まだ何も決まっていないけれど、かなり久しぶりに会うことになるとして、彼らは以前と比べて何か変わったことがあるのだろうか。わたし気になります、というやつだ。

この半年くらいで、私自身は生活様式や物事に対する考え方、行動指針などが大きく変わった。一つには感染症の影響によって無理やり変えられてしまった部分があるけれど、大半は元から心のうちに秘めていたものだ。遅かれ早かれ、こうしていたに違いない。
しかし、私のように一般的な道筋から外れることを自ら望むパターンはおそらく珍しいだろうと思われるので、私でない彼らは何を感じ、何を思っているのか……Twitterなどからその一端を垣間見ることができるけれど、基本的には大きく変化しているようには見えないのが現状だ。実際に会ってみないと知り得ないことも多いだろう。
変わったことと言えば、三か月に一度くらいは会っていた人間が今日に至るまで私に一切のコンタクトを取ってこなかったということだが、存在が完全に忘れられていたわけではないようでホッとした。

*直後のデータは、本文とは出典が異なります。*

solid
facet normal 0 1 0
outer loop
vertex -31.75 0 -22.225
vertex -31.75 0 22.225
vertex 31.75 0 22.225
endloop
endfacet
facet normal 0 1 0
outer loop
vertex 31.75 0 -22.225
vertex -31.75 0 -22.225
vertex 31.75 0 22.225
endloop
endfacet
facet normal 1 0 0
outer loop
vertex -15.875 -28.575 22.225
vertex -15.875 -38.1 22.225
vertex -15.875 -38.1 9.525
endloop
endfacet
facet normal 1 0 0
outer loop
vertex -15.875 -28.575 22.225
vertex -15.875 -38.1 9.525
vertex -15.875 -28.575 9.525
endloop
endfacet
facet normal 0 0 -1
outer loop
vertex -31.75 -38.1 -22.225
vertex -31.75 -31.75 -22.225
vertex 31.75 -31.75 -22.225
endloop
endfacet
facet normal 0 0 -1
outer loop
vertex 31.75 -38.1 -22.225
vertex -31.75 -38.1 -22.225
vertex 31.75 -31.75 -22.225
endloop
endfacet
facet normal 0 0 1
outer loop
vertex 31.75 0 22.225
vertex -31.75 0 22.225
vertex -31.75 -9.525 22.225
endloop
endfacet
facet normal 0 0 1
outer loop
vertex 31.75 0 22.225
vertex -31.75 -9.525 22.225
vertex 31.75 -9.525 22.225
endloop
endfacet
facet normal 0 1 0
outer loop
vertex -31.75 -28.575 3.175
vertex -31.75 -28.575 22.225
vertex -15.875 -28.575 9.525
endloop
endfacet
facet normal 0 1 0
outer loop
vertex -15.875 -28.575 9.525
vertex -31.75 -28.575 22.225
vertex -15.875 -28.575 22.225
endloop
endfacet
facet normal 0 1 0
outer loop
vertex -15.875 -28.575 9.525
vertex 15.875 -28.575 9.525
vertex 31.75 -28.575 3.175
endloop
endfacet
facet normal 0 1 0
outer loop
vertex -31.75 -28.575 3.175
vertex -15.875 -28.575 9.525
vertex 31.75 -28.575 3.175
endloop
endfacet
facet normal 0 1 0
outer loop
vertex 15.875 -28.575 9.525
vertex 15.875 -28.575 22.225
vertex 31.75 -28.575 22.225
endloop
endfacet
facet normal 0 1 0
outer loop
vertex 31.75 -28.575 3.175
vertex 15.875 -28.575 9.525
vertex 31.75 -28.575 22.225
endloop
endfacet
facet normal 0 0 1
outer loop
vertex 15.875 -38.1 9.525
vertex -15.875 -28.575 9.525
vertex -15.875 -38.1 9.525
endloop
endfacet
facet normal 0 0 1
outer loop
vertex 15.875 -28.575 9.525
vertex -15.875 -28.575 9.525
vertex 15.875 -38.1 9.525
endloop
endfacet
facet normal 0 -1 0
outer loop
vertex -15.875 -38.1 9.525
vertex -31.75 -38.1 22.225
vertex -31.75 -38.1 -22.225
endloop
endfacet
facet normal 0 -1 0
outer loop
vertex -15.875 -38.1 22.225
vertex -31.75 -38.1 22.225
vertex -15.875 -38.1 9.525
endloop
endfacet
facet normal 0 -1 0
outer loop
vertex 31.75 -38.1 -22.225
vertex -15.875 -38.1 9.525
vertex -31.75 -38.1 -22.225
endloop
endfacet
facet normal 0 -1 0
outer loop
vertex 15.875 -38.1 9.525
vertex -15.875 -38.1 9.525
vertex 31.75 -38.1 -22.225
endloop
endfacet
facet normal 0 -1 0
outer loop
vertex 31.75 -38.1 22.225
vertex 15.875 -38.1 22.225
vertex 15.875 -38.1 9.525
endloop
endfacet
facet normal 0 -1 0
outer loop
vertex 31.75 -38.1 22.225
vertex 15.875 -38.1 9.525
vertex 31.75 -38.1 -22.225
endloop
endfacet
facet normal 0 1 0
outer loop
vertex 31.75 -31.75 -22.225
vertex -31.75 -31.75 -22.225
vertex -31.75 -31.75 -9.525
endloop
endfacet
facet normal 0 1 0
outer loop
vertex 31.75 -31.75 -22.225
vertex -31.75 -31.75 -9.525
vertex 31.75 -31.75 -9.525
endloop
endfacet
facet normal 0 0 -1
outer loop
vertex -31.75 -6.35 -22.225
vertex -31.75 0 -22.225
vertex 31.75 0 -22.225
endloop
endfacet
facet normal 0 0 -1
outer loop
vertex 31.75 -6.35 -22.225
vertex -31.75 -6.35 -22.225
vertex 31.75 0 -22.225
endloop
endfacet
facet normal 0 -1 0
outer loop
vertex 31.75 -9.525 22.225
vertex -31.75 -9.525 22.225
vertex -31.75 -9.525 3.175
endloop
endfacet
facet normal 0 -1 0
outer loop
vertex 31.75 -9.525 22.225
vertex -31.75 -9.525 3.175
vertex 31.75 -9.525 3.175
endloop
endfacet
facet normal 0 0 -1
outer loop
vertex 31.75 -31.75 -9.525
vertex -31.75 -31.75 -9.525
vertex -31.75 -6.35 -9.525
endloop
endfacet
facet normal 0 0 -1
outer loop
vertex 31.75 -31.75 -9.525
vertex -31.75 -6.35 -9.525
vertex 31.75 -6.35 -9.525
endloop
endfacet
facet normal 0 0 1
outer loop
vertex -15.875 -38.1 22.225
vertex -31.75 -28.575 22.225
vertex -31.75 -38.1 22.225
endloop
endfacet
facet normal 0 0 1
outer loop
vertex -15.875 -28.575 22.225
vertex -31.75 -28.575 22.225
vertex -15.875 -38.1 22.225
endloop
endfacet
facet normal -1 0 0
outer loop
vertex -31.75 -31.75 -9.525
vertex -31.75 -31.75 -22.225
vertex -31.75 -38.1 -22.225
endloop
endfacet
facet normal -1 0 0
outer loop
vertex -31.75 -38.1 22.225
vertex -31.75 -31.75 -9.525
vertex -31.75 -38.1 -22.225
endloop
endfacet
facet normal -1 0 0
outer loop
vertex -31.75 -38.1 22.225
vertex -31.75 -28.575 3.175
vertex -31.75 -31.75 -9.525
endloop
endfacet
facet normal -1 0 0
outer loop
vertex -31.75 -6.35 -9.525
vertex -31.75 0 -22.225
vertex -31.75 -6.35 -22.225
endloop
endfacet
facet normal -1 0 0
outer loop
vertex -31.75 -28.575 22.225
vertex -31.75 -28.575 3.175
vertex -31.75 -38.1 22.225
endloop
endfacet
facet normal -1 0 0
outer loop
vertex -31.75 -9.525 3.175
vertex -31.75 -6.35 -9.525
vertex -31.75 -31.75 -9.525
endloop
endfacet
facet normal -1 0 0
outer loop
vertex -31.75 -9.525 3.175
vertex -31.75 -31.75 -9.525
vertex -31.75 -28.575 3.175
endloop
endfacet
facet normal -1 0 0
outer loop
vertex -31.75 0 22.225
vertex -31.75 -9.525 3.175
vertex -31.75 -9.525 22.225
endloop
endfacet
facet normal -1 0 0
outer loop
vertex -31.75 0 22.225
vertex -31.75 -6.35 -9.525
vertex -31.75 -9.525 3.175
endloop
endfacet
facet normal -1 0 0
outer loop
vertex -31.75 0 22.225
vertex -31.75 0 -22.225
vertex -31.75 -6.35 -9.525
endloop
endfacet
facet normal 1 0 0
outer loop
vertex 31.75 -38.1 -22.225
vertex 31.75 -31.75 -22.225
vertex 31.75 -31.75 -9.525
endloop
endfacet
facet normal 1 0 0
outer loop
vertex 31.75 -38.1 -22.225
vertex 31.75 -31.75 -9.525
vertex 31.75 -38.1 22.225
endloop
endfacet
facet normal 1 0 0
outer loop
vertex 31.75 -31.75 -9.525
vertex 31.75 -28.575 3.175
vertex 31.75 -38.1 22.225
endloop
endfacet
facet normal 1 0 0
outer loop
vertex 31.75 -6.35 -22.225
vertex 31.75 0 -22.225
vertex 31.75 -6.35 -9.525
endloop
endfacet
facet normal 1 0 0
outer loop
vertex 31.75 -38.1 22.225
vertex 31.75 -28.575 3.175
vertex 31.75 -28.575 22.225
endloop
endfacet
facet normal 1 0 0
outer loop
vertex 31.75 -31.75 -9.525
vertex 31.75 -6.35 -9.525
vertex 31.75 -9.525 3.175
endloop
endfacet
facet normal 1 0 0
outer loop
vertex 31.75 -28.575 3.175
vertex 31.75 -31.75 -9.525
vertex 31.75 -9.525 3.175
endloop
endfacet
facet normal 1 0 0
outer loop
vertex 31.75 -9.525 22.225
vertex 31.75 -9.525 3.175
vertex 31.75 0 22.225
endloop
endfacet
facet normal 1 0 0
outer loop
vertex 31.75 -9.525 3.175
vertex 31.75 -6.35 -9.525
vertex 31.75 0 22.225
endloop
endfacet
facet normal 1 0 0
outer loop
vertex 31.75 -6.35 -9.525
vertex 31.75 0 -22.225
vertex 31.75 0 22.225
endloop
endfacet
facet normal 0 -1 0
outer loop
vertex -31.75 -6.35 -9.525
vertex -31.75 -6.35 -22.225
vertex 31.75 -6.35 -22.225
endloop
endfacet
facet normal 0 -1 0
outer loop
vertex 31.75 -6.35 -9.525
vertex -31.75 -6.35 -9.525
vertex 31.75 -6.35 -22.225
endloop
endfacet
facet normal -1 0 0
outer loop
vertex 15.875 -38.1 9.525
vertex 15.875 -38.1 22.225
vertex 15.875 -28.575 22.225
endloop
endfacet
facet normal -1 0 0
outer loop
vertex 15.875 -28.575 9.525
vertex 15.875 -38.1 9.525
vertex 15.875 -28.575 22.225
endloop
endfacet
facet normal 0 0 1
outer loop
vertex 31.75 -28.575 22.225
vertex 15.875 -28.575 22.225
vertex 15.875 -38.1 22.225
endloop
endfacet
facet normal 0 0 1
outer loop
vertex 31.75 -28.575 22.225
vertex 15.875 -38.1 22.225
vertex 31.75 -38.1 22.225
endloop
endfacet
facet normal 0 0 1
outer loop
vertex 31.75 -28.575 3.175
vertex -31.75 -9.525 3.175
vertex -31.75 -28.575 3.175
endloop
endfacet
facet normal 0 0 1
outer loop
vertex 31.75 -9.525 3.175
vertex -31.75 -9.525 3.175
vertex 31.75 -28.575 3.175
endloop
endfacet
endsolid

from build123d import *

# Parameters (mm, degrees)
F0_W     = 63.5
F0_H     = 44.45
F1_DEPTH = 38.1
F2_W     = 63.5
F2_H     = 19.05
F3_DEPTH = 19.05
F4_W     = 63.5
F4_H     = 25.4
F5_DEPTH = 12.7
F6_W     = 31.75
F6_H     = 9.525
F7_DEPTH = 12.7


with BuildPart() as f1:
    # F0 (on Front) → F1 (new body)
    with BuildSketch(Plane.XZ):
        Rectangle(F0_W, F0_H)
    extrude(amount=F1_DEPTH)

    # F2 (on face) → F3 (cut)
    with BuildSketch(Plane.XY.offset(22.225)):
        with Locations((0, -19.05)):
            Rectangle(F2_W, F2_H)
    extrude(amount=-F3_DEPTH, mode=Mode.SUBTRACT)

    # F4 (on face) → F5 (cut)
    with BuildSketch(Plane(origin=(0, 0, -22.225), x_dir=(1, 0, 0), z_dir=(0, 0, -1))):
        with Locations((0, 19.05)):
            Rectangle(F4_W, F4_H)
    extrude(amount=-F5_DEPTH, mode=Mode.SUBTRACT)

    # F6 (on face) → F7 (cut)
    with BuildSketch(Plane.XY.offset(22.225)):
        with Locations((0, -33.3375)):
            Rectangle(F6_W, F6_H)
    extrude(amount=-F7_DEPTH, mode=Mode.SUBTRACT)


solid = f1.part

これだけ多様な情報が得られる社会において、歴史的な出来事を世界全体で経験して、さまざまな選択肢がいくらでも転がっているように見える状況になって、それでもなお当たり前のように「いつもの日々」を続けていける彼らの姿が眩しく映る。私がこれ以上は続けていけないと断念した道を、これからも彼らは歩み続けるのだ。なんてすごいことだろう。
これは皮肉ではない。そう見えるように書いてしまったけれど、リスペクトの想いがあるのは本心だ。
私はただ、不安定さにこそ魅力を感じただけなのだ。どうなるのかわからない、何も保証がない道程。その先にあるものにこそ、強く惹かれる。モチベーションになる。
安定した道を長く歩いていると、退屈で頭がおかしくなってしまうのだ。まぁ頭なんて最初からおかしいのかもしれないが、とにかくこれは生きていくために必要なことだったと思っている。

 

予定は未定であって、そもそも成立しない可能性だってある。始まる前からこれだけ文章で盛り上がっているあたり、私の心は喜んでいるらしいが、流れてしまったらどうなるのだろう。
仮に予定が決まったとして、彼らとは年末年始頃以来の再会となる。もしかしたら私以外のメンバー同士では会っているのかもしれないが、いずれにしろ積もる話というやつがあるわけで、最近の心境の変化も含めて話す機会が巡ってくるだろう。
私は迷っている。何を話すべきか。どこまで教えてよいものか。

だいたいこんな感じで考えている、というようなことは、昨年の段階で話したことがあった。どこまで本気にされていたか怪しいところで、実際に行動に移していることを打ち明けたら呆れられるかもしれない。
何を言われようと私は構わないのだが、しかし時期が微妙に悪い。これまでの生活が終わるギリギリのタイミング、つまりまだ新しい生活が始まる前の段階で、そのため何も成果が出ていない状態だ。個人的には、具体的に動き出してある程度の結果が形になったものを見せていきたいと考えていたため、ここですべてオープンにしてしまうのは、心理的に感触が悪い。
ならば新しい部分については一切を秘匿し、周囲に合わせて、ありふれた退屈なエピソードでも語ることにしようか。本当にそれでよいのだろうか……うっかり口走ってしまわないだろうか……言わないことで余計な不満を抱え込むことになるのではないだろうか。
どのみち、雑念は湧いて出てくるわけだ。難儀なことだな。

仲のいい間柄でも話すべき内容は精査してから表に出さないと、後悔する羽目になるということは、過去の経験から学んだことだ。それは家族相手にも同じことで、畢竟、最後まで信じられるのは自分しかいないのだから。